Gramp sniffed. “Houses that could be changed each year, like one would shift around the furniture. What kind of thing was that?”

The story goes on to embrace several questions that the real estate space is wrestling with today:

  • What do we do with all of this unused space and unused real estate that has no value to the customers it was originally designed for?

  • What happens to the people, careers, markets, and resources that new tech displaces? 

  • How does a governance system respond when it can’t operate at a taxation level that provides it with sufficient revenue?

  • What can we do to keep people in cities happy and healthy, and provide more incentives to stay?

Admittedly, it does paint a pretty grim forecast for the downfall of cities. Farfetched? Of course, but should cities begin to shrink, the problems that are faced (covered in this interesting piece by Economics Explained) are very real, and are playing out even in major wealthy cities like - dare we say - San Francisco. It’s important to occasionally step back and think about these big questions. Clifford Simak certainly did. 

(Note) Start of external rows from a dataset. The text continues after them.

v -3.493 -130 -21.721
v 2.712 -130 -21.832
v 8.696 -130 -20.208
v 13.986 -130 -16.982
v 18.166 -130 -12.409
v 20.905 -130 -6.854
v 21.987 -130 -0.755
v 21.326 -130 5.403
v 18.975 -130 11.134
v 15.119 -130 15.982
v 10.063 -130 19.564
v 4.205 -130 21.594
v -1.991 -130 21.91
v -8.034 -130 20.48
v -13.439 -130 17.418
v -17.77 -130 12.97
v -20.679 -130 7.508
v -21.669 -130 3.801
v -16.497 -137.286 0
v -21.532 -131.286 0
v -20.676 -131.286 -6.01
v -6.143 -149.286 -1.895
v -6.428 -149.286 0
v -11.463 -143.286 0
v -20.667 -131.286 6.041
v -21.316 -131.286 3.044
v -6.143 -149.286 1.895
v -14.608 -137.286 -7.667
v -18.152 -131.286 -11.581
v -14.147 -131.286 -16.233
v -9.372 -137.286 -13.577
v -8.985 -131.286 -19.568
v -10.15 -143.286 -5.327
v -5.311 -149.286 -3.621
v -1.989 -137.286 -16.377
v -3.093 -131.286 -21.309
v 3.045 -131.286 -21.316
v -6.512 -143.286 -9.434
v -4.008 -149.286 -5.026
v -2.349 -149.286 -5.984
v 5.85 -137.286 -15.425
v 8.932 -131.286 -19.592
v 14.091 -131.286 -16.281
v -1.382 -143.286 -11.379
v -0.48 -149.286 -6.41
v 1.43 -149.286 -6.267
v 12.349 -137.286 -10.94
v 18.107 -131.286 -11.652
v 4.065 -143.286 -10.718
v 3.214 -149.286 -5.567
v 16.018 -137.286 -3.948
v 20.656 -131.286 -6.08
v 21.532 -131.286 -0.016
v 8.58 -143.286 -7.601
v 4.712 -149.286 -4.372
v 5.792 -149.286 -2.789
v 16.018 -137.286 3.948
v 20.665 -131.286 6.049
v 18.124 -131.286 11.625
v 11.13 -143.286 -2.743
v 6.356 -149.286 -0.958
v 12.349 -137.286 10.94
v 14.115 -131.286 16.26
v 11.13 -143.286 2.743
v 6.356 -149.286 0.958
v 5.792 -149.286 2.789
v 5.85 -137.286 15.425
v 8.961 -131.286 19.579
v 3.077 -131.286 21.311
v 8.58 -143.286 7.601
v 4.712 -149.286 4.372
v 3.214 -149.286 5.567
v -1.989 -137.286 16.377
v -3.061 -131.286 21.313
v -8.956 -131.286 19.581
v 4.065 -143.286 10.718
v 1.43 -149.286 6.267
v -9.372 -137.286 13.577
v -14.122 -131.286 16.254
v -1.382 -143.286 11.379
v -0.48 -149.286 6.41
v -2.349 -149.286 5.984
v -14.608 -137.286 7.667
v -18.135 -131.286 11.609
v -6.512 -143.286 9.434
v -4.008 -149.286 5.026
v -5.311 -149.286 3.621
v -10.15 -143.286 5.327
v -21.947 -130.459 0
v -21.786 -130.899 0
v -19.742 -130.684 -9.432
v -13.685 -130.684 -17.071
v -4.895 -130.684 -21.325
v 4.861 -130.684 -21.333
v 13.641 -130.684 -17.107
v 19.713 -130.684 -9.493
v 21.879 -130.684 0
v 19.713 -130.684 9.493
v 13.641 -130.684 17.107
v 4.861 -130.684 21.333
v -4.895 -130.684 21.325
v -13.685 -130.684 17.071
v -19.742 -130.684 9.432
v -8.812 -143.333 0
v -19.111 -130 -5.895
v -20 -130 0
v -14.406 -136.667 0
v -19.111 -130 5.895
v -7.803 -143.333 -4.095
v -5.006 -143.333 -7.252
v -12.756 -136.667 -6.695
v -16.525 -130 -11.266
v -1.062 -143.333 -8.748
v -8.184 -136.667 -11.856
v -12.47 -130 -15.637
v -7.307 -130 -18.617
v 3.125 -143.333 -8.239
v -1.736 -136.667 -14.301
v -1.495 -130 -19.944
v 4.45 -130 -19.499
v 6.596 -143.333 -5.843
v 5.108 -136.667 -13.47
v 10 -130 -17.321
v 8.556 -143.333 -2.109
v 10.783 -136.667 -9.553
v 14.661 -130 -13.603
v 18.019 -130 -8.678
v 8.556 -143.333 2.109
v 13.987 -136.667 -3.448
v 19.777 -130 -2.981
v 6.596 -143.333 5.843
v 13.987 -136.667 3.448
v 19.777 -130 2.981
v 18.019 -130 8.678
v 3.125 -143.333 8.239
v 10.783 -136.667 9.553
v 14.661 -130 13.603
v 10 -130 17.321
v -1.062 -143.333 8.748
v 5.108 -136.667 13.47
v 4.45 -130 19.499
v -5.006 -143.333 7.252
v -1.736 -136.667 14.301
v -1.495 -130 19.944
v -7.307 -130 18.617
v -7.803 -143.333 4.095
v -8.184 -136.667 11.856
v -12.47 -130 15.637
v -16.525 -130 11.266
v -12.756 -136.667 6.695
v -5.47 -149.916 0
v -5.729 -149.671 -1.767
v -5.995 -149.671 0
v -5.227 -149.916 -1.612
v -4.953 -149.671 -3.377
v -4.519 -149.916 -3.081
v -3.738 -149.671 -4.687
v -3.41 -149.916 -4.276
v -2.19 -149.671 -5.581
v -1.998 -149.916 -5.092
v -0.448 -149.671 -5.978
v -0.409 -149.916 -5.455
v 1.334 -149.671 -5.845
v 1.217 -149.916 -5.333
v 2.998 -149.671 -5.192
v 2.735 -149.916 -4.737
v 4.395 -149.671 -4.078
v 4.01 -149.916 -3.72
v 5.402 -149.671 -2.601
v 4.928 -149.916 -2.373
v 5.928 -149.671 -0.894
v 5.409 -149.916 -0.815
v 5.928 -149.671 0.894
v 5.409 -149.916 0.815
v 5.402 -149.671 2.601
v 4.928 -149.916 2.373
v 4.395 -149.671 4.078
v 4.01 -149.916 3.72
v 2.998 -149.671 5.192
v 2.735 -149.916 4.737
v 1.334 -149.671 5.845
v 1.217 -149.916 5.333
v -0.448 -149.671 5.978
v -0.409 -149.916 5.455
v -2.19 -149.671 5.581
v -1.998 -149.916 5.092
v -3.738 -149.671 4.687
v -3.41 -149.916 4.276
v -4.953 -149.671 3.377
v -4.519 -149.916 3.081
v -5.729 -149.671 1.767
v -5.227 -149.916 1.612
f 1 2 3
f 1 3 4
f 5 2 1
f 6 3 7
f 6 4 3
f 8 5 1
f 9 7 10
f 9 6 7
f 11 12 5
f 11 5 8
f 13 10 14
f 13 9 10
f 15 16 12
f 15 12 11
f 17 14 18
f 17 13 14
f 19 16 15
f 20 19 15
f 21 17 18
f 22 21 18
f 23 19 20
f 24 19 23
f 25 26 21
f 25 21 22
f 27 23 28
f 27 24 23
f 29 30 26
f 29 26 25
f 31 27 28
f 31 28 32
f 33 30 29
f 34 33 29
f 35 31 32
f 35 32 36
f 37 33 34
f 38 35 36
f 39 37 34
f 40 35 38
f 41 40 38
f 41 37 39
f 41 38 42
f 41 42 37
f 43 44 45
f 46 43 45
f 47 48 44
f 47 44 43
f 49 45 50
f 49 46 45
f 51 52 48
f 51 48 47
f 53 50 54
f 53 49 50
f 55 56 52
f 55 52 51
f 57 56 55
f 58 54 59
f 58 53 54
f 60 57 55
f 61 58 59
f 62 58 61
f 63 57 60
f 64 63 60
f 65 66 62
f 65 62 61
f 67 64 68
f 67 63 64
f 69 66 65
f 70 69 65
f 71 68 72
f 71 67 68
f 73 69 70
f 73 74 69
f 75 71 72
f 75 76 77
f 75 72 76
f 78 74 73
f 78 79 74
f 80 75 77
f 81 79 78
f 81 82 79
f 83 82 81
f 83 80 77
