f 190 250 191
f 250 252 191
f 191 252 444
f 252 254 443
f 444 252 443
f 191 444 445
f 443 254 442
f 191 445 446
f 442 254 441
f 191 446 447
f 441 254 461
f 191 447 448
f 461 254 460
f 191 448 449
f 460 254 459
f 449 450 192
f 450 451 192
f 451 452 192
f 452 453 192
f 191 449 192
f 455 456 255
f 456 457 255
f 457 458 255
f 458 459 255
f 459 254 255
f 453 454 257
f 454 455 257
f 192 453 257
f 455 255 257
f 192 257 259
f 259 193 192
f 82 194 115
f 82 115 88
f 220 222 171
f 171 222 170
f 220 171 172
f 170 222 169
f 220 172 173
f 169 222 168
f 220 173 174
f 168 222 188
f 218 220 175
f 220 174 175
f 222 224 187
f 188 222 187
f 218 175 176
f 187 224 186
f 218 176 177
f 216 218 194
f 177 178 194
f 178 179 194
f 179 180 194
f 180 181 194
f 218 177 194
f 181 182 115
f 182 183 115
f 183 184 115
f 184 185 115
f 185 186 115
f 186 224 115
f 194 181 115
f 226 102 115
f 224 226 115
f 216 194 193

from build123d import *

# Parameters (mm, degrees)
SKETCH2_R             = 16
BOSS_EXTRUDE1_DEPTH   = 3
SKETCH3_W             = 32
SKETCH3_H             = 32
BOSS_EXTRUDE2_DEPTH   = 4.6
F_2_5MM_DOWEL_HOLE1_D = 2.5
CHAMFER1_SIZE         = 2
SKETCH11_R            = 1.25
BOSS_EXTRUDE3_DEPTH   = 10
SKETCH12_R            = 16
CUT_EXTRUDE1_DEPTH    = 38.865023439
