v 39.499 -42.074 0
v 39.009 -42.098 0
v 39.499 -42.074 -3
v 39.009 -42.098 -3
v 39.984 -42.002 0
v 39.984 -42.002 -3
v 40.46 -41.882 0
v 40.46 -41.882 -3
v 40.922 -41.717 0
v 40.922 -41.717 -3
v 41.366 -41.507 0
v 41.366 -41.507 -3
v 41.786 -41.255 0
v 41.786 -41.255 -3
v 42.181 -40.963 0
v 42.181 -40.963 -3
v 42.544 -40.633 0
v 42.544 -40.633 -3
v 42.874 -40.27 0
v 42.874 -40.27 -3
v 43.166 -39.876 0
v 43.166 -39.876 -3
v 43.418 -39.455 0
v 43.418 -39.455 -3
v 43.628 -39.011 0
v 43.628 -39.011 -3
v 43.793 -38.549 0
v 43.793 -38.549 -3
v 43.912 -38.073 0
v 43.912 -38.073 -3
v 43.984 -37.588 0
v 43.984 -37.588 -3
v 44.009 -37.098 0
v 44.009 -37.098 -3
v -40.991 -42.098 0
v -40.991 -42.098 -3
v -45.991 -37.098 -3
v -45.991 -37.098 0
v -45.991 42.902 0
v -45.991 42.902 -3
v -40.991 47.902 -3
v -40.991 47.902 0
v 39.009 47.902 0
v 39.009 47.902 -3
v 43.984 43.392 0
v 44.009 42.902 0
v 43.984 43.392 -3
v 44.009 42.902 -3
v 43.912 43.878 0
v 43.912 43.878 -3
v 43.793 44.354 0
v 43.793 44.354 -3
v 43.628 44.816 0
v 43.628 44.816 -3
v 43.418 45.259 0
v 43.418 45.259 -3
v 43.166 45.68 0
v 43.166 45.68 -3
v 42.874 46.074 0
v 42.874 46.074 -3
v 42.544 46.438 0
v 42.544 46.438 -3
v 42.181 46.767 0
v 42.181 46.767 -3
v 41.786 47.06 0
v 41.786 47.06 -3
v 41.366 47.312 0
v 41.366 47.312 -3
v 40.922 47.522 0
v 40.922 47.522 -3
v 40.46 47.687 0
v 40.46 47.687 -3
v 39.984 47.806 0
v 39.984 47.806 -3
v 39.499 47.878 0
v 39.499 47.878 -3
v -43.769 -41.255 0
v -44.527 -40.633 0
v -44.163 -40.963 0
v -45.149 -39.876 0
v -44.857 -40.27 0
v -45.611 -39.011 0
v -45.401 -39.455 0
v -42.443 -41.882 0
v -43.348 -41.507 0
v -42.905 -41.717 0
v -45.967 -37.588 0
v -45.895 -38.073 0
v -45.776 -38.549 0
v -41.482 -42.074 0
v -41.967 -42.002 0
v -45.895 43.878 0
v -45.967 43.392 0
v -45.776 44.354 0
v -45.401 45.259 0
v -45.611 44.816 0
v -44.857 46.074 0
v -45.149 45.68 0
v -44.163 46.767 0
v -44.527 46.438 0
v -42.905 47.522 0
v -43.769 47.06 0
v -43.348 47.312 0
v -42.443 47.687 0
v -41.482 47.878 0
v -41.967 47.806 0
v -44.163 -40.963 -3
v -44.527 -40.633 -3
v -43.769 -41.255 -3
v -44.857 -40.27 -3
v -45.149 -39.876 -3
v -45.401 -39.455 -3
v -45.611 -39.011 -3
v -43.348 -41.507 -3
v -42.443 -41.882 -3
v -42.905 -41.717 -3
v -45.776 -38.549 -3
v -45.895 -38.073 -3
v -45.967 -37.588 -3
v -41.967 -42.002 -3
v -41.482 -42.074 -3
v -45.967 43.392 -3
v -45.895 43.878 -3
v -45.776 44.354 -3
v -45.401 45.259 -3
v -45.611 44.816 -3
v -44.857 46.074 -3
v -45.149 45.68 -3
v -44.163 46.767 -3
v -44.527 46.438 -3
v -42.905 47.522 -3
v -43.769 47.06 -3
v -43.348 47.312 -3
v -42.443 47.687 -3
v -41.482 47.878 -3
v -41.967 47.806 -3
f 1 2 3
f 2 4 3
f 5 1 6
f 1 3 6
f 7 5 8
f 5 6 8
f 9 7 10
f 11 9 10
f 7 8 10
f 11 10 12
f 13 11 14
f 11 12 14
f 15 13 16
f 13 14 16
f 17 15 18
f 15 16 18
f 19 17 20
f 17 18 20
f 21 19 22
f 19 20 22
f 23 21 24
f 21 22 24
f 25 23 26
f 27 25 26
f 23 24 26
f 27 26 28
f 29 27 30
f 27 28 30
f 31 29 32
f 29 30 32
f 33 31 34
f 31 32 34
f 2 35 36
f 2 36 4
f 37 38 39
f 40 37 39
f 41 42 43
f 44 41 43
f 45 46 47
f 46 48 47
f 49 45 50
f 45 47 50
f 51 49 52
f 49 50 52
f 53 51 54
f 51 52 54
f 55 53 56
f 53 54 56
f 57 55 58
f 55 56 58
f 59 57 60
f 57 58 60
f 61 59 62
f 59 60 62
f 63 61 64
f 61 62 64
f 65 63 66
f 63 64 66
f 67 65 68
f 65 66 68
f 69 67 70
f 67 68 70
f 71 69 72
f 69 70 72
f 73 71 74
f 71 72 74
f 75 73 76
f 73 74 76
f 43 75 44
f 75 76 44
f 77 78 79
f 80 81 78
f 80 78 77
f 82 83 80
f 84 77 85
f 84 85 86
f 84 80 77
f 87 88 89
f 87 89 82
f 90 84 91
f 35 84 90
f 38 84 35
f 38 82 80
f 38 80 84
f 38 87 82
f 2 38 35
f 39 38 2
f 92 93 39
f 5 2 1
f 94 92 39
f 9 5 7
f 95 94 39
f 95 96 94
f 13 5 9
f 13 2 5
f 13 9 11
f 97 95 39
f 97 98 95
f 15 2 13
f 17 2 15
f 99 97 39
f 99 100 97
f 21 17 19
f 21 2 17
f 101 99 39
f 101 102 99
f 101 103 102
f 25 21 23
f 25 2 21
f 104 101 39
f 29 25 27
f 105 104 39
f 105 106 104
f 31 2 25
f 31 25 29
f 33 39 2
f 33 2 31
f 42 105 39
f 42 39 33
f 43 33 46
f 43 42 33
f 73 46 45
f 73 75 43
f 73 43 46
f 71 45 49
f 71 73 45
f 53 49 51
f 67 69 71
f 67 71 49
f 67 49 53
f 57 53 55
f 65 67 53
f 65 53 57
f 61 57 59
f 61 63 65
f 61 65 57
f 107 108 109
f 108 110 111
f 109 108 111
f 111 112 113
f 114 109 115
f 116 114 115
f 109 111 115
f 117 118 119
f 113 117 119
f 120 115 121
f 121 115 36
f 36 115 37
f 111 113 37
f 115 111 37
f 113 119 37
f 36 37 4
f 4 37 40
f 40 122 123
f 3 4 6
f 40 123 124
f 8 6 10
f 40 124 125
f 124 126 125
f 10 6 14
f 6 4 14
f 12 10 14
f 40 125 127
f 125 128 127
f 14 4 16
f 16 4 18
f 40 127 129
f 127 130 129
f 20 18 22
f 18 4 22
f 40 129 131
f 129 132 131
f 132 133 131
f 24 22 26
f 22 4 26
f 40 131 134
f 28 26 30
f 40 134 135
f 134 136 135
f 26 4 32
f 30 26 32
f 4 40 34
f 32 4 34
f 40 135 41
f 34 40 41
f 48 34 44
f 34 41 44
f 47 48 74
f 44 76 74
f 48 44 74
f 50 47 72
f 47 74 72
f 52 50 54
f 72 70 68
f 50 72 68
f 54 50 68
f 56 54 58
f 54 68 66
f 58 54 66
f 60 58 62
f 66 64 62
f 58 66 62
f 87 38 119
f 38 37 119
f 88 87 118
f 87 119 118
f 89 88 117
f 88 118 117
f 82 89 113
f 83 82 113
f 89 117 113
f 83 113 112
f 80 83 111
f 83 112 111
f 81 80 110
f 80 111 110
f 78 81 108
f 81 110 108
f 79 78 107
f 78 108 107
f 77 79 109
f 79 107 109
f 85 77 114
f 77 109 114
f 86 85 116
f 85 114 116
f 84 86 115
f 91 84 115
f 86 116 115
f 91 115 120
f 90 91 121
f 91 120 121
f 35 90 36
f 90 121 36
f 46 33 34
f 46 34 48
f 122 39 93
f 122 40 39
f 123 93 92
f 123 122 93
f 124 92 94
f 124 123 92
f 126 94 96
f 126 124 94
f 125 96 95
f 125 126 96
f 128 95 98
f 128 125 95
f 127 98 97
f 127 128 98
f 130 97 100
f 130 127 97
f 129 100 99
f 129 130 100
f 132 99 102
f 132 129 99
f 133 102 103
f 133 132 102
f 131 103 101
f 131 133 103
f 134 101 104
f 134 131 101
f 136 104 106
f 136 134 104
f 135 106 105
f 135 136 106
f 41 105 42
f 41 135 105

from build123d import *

# Parameters (mm, degrees)
F0_W     = 90
F0_H     = 90
F1_DEPTH = 3
F2_R     = 5


# Not quite as in the source:
# - a feature of the source that left no trace in its solid (it failed there, or was rolled back) is left out


with BuildPart() as f1:
    # F0 (on Top) → F1 (new body)
    with BuildSketch(Plane.XY):
        with Locations((-0.9914580733, 2.9022350864)):
            Rectangle(F0_W, F0_H)
    extrude(amount=-F1_DEPTH)

    # F2
    f2_edges = [f1.edges().sort_by_distance(p)[0] for p in [
        (-45.991458, 47.902235, -1.5),
        (44.008542, 47.902235, -1.5),
        (-45.991458, -42.097765, -1.5),
        (44.008542, -42.097765, -1.5),
    ]]
    fillet(f2_edges, radius=F2_R)


solid = f1.part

"The city is an anachronism. It has outlived its usefulness. Hydroponics and the helicopter spelled its downfall. In the first instance the city was a tribal place, an area where the tribe banded together for mutual protection. In later years a wall was thrown around it for additional protection. Then the wall finally disappeared but the city lived on because of the conveniences which it offered trade and commerce. It continued into modern times because people were compelled to live close to their jobs and the jobs were in the city.

"But today that is no longer true. With the family plane, one hundred miles today is a shorter distance than five miles back in 1930. Men can fly several hundred miles to work and fly home when the day is done. There is no longer any need for them to live cooped up in a city.

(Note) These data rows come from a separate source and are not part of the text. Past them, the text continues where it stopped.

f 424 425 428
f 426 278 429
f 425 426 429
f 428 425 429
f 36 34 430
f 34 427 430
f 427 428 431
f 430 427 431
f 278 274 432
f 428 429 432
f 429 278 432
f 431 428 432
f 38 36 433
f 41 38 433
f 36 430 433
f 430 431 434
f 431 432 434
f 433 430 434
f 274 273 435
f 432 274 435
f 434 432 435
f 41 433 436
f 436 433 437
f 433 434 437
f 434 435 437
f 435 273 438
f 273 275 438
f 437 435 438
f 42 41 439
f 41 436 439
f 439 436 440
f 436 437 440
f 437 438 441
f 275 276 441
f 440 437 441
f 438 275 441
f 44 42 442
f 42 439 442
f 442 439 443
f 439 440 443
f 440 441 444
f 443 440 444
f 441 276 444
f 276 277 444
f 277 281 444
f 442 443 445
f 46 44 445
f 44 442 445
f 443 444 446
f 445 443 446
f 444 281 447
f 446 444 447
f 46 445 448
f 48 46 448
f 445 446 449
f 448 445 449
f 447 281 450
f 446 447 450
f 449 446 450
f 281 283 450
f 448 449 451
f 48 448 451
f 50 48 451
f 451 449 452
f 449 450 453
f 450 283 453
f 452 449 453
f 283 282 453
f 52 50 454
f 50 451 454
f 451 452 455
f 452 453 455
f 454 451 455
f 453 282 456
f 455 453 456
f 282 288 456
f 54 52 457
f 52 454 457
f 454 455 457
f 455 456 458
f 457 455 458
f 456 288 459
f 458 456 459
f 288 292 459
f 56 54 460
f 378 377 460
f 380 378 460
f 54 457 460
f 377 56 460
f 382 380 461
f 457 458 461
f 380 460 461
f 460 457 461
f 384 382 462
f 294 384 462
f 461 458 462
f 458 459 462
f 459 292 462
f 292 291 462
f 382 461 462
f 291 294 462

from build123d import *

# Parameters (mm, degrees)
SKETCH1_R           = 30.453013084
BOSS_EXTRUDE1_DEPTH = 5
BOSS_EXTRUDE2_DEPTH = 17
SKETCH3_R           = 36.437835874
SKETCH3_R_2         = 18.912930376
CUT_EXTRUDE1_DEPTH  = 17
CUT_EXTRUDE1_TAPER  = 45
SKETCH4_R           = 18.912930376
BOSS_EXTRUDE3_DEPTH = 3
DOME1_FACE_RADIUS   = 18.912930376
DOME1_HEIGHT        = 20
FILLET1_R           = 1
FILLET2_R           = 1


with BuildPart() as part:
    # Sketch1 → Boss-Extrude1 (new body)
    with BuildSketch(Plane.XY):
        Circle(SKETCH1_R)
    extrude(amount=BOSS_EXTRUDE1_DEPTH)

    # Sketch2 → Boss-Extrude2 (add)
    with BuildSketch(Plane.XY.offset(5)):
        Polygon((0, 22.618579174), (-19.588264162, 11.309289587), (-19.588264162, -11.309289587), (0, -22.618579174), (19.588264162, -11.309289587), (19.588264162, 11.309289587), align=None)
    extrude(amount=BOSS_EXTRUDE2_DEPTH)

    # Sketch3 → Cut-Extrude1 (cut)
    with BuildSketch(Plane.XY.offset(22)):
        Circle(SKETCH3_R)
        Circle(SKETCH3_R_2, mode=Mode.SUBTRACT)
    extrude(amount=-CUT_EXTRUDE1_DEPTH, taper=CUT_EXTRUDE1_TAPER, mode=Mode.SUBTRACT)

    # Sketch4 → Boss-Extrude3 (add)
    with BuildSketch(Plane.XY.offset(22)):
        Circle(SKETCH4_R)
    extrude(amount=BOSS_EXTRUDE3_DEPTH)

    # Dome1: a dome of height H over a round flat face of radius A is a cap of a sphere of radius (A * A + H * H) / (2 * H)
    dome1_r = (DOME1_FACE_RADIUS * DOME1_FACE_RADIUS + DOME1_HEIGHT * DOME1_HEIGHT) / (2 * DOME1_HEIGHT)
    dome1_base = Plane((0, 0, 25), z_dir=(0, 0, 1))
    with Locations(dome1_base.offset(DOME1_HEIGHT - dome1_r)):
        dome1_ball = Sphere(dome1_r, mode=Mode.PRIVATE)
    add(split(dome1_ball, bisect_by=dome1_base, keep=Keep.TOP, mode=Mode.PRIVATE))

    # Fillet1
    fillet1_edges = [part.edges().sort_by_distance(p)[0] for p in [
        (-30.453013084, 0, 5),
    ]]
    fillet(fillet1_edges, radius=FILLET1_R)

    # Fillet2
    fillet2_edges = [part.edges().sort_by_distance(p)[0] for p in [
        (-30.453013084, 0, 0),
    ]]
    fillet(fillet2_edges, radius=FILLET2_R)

"The automobile started the trend and the family plane finished it. Even in the first part of the century the trend was noticeable—a movement away from the city with its taxes, its stuffiness, a move towards the suburb and close-in acreages. Lack of adequate transportation, lack of finances held many to the city. But now, with tank farming destroying the value of land, a man can buy a huge acreage in the country for less than he could a city lot forty years ago."

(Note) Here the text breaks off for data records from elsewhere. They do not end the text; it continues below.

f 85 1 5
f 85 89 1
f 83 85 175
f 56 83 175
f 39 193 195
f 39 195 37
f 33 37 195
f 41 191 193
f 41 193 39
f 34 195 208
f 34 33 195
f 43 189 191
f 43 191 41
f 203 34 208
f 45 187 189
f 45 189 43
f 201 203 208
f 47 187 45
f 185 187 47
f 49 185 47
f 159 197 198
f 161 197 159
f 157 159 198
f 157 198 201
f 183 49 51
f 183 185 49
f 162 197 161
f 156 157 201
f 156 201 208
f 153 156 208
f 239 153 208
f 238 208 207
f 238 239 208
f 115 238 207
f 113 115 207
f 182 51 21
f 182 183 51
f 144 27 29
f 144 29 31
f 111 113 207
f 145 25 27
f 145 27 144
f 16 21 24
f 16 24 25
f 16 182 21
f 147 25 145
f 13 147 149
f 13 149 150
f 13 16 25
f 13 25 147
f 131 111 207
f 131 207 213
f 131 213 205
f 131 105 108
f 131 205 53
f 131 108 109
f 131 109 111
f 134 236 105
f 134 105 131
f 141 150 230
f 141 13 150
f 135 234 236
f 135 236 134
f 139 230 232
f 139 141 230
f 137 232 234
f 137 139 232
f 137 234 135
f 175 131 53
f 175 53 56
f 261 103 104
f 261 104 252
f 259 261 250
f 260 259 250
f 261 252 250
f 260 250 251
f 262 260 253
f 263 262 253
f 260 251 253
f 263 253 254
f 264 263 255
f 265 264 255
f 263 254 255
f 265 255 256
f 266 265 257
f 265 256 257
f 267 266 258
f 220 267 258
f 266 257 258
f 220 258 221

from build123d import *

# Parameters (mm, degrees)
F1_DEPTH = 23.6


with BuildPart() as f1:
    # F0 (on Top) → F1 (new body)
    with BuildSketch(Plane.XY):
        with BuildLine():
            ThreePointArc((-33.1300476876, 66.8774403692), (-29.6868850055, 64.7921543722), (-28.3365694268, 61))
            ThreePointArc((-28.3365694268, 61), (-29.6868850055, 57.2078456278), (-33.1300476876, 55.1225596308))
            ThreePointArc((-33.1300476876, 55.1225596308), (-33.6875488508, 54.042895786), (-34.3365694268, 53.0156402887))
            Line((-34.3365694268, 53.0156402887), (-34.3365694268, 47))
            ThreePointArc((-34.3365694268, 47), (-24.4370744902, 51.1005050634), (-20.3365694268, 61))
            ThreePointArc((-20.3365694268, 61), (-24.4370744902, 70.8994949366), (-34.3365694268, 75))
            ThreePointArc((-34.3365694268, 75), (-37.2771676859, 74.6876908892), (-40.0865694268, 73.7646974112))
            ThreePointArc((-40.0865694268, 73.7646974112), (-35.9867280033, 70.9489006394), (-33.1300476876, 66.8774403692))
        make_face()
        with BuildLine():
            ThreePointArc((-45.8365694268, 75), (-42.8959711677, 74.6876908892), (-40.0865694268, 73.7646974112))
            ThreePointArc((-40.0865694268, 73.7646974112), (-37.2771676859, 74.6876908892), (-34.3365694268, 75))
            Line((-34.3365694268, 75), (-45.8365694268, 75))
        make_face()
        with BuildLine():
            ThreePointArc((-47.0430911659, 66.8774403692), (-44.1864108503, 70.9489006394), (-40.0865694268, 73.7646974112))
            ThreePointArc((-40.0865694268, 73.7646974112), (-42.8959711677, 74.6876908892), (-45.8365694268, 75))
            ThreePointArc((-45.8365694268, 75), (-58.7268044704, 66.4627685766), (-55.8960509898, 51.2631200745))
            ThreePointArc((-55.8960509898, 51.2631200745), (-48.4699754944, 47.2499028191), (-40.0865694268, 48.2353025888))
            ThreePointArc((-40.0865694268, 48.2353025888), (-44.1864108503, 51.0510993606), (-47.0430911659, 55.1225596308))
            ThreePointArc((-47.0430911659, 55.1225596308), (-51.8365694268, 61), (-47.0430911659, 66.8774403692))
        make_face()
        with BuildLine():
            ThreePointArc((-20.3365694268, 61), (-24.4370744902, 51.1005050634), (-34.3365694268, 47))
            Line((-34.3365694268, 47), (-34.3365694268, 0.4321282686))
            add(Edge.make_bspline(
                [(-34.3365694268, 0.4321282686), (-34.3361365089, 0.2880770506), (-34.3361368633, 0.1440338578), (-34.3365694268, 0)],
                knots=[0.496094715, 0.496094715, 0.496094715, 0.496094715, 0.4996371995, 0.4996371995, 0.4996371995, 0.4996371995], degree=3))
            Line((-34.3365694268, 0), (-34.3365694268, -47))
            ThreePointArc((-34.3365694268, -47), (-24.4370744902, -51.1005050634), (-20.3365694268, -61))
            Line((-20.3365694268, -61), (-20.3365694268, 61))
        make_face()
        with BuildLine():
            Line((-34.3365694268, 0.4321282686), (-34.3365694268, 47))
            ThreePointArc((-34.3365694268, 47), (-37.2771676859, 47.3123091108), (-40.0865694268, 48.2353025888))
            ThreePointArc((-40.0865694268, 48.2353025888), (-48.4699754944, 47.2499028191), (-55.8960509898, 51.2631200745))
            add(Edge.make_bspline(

"So what have we?" asked Webster. "I'll tell you what we have. Street after street, block after block, of deserted houses, houses that the people just up and walked away from. Why should they have stayed? What could the city offer them? None of the things that it offered the generations before them, for progress has wiped out the need of the city's benefits. They lost something, some monetary consideration, of course, when they left the houses. But the fact that they could buy a house twice as good for half as much, the fact that they could live as they wished to live, that they could develop what amounts to family estates after the best tradition set them by the wealthy of a generation ago—all these things outweighed the leaving of their homes.

"And what have we left? A few blocks of business houses. A few acres of industrial plants. A city government geared to take care of a million people without the million people. A budget that has run the taxes so high that eventually even business houses will move to escape those taxes. Tax forfeitures that have left us loaded with worthless property. That's what we have left.”

How far are we truly away from the above given remote work, Starlink and 5G, solar panels, modular reactors, autonomous vehicles, and drone delivery? 

The literature of the past has undoubtedly been vital in informing the technology of today but the problems and pains that existed back then still exist today. This type of science fiction serves as exciting inspiration for reimagining how and where we live. We need to keep building happy, healthy homes and cities or people, who now have options, will build happy, healthy homes elsewhere.